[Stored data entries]
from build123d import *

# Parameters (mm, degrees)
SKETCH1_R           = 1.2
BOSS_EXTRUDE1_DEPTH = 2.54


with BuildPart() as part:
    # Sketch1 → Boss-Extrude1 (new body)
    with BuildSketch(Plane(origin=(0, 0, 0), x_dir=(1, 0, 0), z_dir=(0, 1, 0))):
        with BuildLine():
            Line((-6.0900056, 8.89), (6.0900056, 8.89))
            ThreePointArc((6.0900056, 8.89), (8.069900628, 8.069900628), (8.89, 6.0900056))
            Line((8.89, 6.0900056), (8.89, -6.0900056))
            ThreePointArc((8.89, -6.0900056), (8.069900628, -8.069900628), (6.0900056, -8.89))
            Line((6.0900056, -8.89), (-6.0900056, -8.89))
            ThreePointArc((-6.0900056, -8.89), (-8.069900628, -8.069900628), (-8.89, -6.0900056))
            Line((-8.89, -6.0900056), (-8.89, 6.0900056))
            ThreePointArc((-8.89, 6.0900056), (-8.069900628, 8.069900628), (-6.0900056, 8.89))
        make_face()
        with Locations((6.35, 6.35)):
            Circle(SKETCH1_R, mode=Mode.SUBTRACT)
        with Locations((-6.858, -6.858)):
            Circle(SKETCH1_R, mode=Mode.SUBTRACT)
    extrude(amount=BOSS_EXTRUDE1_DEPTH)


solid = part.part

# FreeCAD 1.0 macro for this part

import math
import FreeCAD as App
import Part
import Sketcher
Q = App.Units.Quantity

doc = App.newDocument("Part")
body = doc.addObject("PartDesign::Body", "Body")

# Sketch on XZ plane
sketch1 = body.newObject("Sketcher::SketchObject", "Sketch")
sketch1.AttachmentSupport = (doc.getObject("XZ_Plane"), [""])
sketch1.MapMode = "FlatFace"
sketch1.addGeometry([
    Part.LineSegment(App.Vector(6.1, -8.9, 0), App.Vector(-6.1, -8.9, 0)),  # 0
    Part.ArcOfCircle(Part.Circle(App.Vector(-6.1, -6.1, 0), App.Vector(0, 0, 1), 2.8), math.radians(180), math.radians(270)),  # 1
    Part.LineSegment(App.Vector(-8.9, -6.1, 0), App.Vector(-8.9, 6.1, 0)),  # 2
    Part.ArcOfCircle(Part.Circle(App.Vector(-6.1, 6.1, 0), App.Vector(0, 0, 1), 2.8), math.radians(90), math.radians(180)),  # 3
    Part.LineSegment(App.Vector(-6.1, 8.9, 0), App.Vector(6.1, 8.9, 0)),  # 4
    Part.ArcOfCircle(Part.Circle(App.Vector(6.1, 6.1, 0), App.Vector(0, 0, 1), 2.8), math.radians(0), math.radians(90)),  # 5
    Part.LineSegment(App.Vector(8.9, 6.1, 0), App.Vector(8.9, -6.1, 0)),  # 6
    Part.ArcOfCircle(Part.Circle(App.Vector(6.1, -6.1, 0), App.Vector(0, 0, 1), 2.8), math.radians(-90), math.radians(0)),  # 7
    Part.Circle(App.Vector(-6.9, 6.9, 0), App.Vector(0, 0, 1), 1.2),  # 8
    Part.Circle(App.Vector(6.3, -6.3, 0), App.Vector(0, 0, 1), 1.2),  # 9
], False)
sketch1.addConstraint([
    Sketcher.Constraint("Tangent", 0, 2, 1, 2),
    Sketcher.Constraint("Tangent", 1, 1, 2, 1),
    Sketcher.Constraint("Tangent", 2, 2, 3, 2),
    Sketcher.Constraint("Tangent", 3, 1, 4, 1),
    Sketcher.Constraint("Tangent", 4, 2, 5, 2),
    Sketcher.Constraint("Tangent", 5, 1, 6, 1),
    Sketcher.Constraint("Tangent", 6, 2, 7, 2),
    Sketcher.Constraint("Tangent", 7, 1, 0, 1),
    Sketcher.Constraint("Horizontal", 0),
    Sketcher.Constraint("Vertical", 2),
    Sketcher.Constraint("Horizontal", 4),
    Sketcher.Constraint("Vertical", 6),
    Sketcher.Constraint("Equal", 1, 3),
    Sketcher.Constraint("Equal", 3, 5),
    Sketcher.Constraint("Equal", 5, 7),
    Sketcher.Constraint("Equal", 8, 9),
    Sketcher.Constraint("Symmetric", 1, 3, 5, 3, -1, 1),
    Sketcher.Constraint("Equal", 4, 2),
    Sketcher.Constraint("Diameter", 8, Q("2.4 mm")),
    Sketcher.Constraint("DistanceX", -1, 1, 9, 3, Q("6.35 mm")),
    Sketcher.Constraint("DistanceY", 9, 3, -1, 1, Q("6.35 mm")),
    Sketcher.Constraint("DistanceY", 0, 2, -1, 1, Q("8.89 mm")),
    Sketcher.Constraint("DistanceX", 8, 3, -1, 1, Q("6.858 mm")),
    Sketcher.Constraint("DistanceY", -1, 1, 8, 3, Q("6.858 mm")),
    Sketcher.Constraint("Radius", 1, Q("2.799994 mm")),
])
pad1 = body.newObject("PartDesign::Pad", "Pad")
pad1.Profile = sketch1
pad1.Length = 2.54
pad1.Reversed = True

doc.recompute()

INSTRUCTIONS TO FOLLOW:
Write out, from the lines above, only those from the line with "-8.069900628), (6.0900056, -8.89))" to the line with "# FreeCAD 1.0 macro for this part", exactly as given, including the first and the last.

RESULT FOR THIS EXERCISE:
            ThreePointArc((8.89, -6.0900056), (8.069900628, -8.069900628), (6.0900056, -8.89))
            Line((6.0900056, -8.89), (-6.0900056, -8.89))
            ThreePointArc((-6.0900056, -8.89), (-8.069900628, -8.069900628), (-8.89, -6.0900056))
            Line((-8.89, -6.0900056), (-8.89, 6.0900056))
            ThreePointArc((-8.89, 6.0900056), (-8.069900628, 8.069900628), (-6.0900056, 8.89))
        make_face()
        with Locations((6.35, 6.35)):
            Circle(SKETCH1_R, mode=Mode.SUBTRACT)
        with Locations((-6.858, -6.858)):
            Circle(SKETCH1_R, mode=Mode.SUBTRACT)
    extrude(amount=BOSS_EXTRUDE1_DEPTH)


solid = part.part

# FreeCAD 1.0 macro for this part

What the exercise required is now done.